▶ Exercise aim:
Return only the stretch of the material below that begins with the line containing "v28 (35.831548,183.976112,5)" and ends with the line containing "e36 -e37 -e12]", exactly; both of those lines belong to it.

=== Data to use ===

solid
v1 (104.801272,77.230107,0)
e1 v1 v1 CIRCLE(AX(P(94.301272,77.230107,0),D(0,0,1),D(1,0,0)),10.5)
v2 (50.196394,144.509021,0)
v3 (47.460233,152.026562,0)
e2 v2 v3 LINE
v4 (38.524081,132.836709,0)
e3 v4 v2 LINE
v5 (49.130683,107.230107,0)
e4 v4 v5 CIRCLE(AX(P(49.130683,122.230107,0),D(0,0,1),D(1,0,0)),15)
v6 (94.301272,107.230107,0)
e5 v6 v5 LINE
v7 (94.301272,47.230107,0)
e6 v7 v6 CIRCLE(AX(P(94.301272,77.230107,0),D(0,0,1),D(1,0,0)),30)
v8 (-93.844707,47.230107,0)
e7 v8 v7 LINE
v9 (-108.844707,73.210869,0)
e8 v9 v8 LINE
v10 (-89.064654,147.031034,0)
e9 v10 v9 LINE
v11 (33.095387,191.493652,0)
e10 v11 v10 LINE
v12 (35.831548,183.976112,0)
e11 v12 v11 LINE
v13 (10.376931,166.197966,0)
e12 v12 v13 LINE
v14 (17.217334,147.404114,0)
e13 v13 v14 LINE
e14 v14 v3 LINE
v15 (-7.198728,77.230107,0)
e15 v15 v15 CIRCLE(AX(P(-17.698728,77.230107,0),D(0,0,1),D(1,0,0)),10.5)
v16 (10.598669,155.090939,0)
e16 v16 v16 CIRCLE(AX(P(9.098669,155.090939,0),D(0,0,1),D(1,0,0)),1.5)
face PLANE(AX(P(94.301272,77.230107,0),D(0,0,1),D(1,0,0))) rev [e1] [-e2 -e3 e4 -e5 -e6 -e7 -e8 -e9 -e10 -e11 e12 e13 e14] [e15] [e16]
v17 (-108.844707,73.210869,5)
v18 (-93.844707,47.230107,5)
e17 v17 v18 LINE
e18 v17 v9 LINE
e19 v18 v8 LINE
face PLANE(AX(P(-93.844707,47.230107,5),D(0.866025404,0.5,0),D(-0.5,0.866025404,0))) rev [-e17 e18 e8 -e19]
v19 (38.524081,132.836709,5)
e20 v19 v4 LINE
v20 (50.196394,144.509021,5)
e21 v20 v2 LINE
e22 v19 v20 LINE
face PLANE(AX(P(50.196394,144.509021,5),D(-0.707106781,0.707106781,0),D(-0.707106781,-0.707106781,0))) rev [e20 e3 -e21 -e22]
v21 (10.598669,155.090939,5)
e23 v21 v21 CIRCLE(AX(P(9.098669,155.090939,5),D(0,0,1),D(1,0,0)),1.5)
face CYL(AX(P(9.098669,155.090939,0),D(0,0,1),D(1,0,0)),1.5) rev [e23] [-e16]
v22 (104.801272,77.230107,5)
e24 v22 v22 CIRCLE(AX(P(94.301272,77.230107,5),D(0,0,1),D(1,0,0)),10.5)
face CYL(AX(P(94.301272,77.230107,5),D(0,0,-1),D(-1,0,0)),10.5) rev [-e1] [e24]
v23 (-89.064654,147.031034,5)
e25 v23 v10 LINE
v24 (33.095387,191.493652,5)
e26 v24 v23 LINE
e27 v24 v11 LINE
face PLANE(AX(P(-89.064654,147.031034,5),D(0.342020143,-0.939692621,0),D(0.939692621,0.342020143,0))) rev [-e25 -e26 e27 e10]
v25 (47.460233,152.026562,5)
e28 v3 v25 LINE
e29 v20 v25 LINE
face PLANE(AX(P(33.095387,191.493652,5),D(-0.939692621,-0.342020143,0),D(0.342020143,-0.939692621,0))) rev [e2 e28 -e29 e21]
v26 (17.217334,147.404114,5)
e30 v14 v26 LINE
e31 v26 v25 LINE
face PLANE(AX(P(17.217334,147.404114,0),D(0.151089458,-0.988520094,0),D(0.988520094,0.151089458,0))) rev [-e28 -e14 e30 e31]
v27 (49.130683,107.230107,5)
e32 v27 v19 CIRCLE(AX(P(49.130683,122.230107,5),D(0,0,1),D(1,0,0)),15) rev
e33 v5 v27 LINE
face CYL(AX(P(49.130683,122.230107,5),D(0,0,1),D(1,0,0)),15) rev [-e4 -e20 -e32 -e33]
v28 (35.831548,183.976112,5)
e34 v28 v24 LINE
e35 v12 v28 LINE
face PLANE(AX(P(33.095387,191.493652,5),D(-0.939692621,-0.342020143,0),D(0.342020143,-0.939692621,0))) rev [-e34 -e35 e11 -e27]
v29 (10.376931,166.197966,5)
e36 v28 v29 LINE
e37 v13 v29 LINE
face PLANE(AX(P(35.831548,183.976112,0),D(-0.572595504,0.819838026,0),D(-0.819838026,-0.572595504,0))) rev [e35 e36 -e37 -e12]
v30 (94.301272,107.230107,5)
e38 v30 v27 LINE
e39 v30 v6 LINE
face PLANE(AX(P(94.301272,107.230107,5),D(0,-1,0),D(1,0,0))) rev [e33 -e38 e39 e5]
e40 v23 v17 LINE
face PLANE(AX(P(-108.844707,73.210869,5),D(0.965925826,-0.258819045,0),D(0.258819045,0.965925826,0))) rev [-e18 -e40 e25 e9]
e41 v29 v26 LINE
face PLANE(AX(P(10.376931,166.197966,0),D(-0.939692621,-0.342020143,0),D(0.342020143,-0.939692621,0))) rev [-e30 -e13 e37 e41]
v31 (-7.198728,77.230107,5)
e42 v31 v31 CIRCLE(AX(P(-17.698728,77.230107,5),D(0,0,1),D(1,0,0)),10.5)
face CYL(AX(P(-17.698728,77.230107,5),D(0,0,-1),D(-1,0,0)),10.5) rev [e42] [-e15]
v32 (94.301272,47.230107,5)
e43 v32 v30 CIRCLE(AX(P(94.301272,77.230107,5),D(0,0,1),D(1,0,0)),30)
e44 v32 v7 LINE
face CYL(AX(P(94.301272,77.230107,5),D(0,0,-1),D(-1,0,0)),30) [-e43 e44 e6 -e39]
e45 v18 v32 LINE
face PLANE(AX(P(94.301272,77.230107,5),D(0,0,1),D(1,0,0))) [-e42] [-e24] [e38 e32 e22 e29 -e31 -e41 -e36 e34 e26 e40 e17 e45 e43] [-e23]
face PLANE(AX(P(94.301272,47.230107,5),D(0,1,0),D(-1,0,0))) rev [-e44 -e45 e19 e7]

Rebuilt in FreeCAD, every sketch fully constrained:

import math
import FreeCAD as App
import Part
import Sketcher
Q = App.Units.Quantity


def edges_at(feature, points):
    """Names of the edges that pass closest to the given points."""
    edges = feature.Shape.Edges
    near = lambda p: min(range(len(edges)), key=lambda i: edges[i].distToShape(Part.Vertex(*p))[0])
    return sorted({f"Edge{near(p) + 1}" for p in points})

doc = App.newDocument("Part")
body = doc.addObject("PartDesign::Body", "Body")

sketch1 = doc.addObject("Sketcher::SketchObject", "Sketch")
body.addObject(sketch1)
sketch1.AttachmentSupport = (doc.XY_Plane, [""])
sketch1.MapMode = "FlatFace"
sketch1.addGeometry(Part.LineSegment(App.Vector(94, 107, 0), App.Vector(13, 107, 0)), False)
sketch1.addGeometry(Part.LineSegment(App.Vector(13, 107, 0), App.Vector(50, 145, 0)), False)
sketch1.addGeometry(Part.LineSegment(App.Vector(50, 145, 0), App.Vector(33, 191, 0)), False)
sketch1.addGeometry(Part.LineSegment(App.Vector(33, 191, 0), App.Vector(-89, 147, 0)), False)
sketch1.addGeometry(Part.LineSegment(App.Vector(-89, 147, 0), App.Vector(-109, 73, 0)), False)
sketch1.addGeometry(Part.LineSegment(App.Vector(-109, 73, 0), App.Vector(-94, 47, 0)), False)
sketch1.addGeometry(Part.LineSegment(App.Vector(-94, 47, 0), App.Vector(94, 47, 0)), False)
sketch1.addGeometry(Part.ArcOfCircle(Part.Circle(App.Vector(94, 77, 0), App.Vector(0, 0, 1), 30), math.radians(-90), math.radians(90)), False)
sketch1.addGeometry(Part.Circle(App.Vector(-18, 77, 0), App.Vector(0, 0, 1), 10), False)
sketch1.addGeometry(Part.Circle(App.Vector(94, 77, 0), App.Vector(0, 0, 1), 10), False)
sketch1.addConstraint(Sketcher.Constraint("Coincident", 0, 2, 1, 1))
sketch1.addConstraint(Sketcher.Constraint("Coincident", 1, 2, 2, 1))
sketch1.addConstraint(Sketcher.Constraint("Coincident", 2, 2, 3, 1))
sketch1.addConstraint(Sketcher.Constraint("Coincident", 3, 2, 4, 1))
sketch1.addConstraint(Sketcher.Constraint("Coincident", 4, 2, 5, 1))
sketch1.addConstraint(Sketcher.Constraint("Coincident", 5, 2, 6, 1))
sketch1.addConstraint(Sketcher.Constraint("Tangent", 6, 2, 7, 1))
sketch1.addConstraint(Sketcher.Constraint("Tangent", 7, 2, 0, 1))
sketch1.addConstraint(Sketcher.Constraint("Horizontal", 0))
sketch1.addConstraint(Sketcher.Constraint("Horizontal", 6))
sketch1.addConstraint(Sketcher.Constraint("Coincident", 9, 3, 7, 3))
sketch1.addConstraint(Sketcher.Constraint("Equal", 8, 9))
sketch1.addConstraint(Sketcher.Constraint("Perpendicular", 2, 3))
sketch1.addConstraint(Sketcher.Constraint("Horizontal", 7, 3, 8, 3))
sketch1.addConstraint(Sketcher.Constraint("Diameter", 8, 21.0))
sketch1.addConstraint(Sketcher.Constraint("Radius", 7, 30.0))
sketch1.addConstraint(Sketcher.Constraint("Angle", 1, Q("45 deg")))
sketch1.addConstraint(Sketcher.Constraint("Angle", 2, Q("110 deg")))
sketch1.addConstraint(Sketcher.Constraint("Angle", 4, Q("-105 deg")))
sketch1.addConstraint(Sketcher.Constraint("Angle", 5, Q("-60 deg")))
sketch1.addConstraint(Sketcher.Constraint("Distance", 2, 50.0))
sketch1.addConstraint(Sketcher.Constraint("Distance", 3, 130.0))
sketch1.addConstraint(Sketcher.Constraint("Distance", 5, 30.0))
sketch1.addConstraint(Sketcher.Constraint("DistanceX", 8, 3, 7, 3, 112.0))
sketch1.addConstraint(Sketcher.Constraint("DistanceX", 6, 1, 6, 2, 188.145979))
sketch1.addConstraint(Sketcher.Constraint("DistanceX", 4, 2, 1, 2, 159.041101))
sketch1.addConstraint(Sketcher.Constraint("DistanceX", -1, 1, 0, 2, 12.91748))
sketch1.addConstraint(Sketcher.Constraint("DistanceY", -1, 1, 1, 2, 144.509021))
pad1 = doc.addObject("PartDesign::Pad", "Pad")
body.addObject(pad1)
pad1.Profile = sketch1
pad1.Length = 5
doc.recompute()

fillet = doc.addObject("PartDesign::Fillet", "Fillet")
body.addObject(fillet)
fillet.Base = (pad1, edges_at(pad1, [(12.917, 107.23, 2.5)]))
fillet.Radius = 15

sketch2 = doc.addObject("Sketcher::SketchObject", "Sketch001")
body.addObject(sketch2)
sketch2.AttachmentSupport = (doc.XY_Plane, [""])
sketch2.MapMode = "FlatFace"
sketch2.AttachmentOffset = App.Placement(App.Vector(0, 0, 5), App.Rotation())
sketch2.addGeometry(Part.Circle(App.Vector(9.1, 155.1, 0), App.Vector(0, 0, 1), 1.5), False)
sketch2.addGeometry(Part.LineSegment(App.Vector(35.8, 184, 0), App.Vector(10.4, 166.2, 0)), False)
sketch2.addGeometry(Part.LineSegment(App.Vector(10.4, 166.2, 0), App.Vector(17.2, 147.4, 0)), False)
sketch2.addGeometry(Part.LineSegment(App.Vector(17.2, 147.4, 0), App.Vector(47.5, 152, 0)), False)
sketch2.addGeometry(Part.LineSegment(App.Vector(47.5, 152, 0), App.Vector(35.8, 184, 0)), False)
sketch2.addConstraint(Sketcher.Constraint("Coincident", 1, 2, 2, 1))
sketch2.addConstraint(Sketcher.Constraint("Coincident", 2, 2, 3, 1))
sketch2.addConstraint(Sketcher.Constraint("Coincident", 3, 2, 4, 1))
sketch2.addConstraint(Sketcher.Constraint("Coincident", 4, 2, 1, 1))
sketch2.addConstraint(Sketcher.Constraint("Parallel", 2, 4))
sketch2.addConstraint(Sketcher.Constraint("Diameter", 0, 3.0))
sketch2.addConstraint(Sketcher.Constraint("Angle", 2, Q("-70 deg")))
sketch2.addConstraint(Sketcher.Constraint("Distance", 2, 20.0))
sketch2.addConstraint(Sketcher.Constraint("Distance", 4, 34.0))
sketch2.addConstraint(Sketcher.Constraint("DistanceX", 2, 2, 3, 2, 30.242899))
sketch2.addConstraint(Sketcher.Constraint("Distance", 1, 31.048349))
sketch2.addConstraint(Sketcher.Constraint("DistanceX", -1, 1, 0, 3, 9.098669))
sketch2.addConstraint(Sketcher.Constraint("DistanceY", -1, 1, 0, 3, 155.090939))
sketch2.addConstraint(Sketcher.Constraint("DistanceX", -1, 1, 1, 2, 10.376931))
sketch2.addConstraint(Sketcher.Constraint("DistanceY", -1, 1, 4, 2, 183.976112))
pocket1 = doc.addObject("PartDesign::Pocket", "Pocket")
body.addObject(pocket1)
pocket1.Profile = sketch2
pocket1.Length = 5

doc.recompute()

===

▶ Solution to the exercise:
v28 (35.831548,183.976112,5)
e34 v28 v24 LINE
e35 v12 v28 LINE
face PLANE(AX(P(33.095387,191.493652,5),D(-0.939692621,-0.342020143,0),D(0.342020143,-0.939692621,0))) rev [-e34 -e35 e11 -e27]
v29 (10.376931,166.197966,5)
e36 v28 v29 LINE
e37 v13 v29 LINE
face PLANE(AX(P(35.831548,183.976112,0),D(-0.572595504,0.819838026,0),D(-0.819838026,-0.572595504,0))) rev [e35 e36 -e37 -e12]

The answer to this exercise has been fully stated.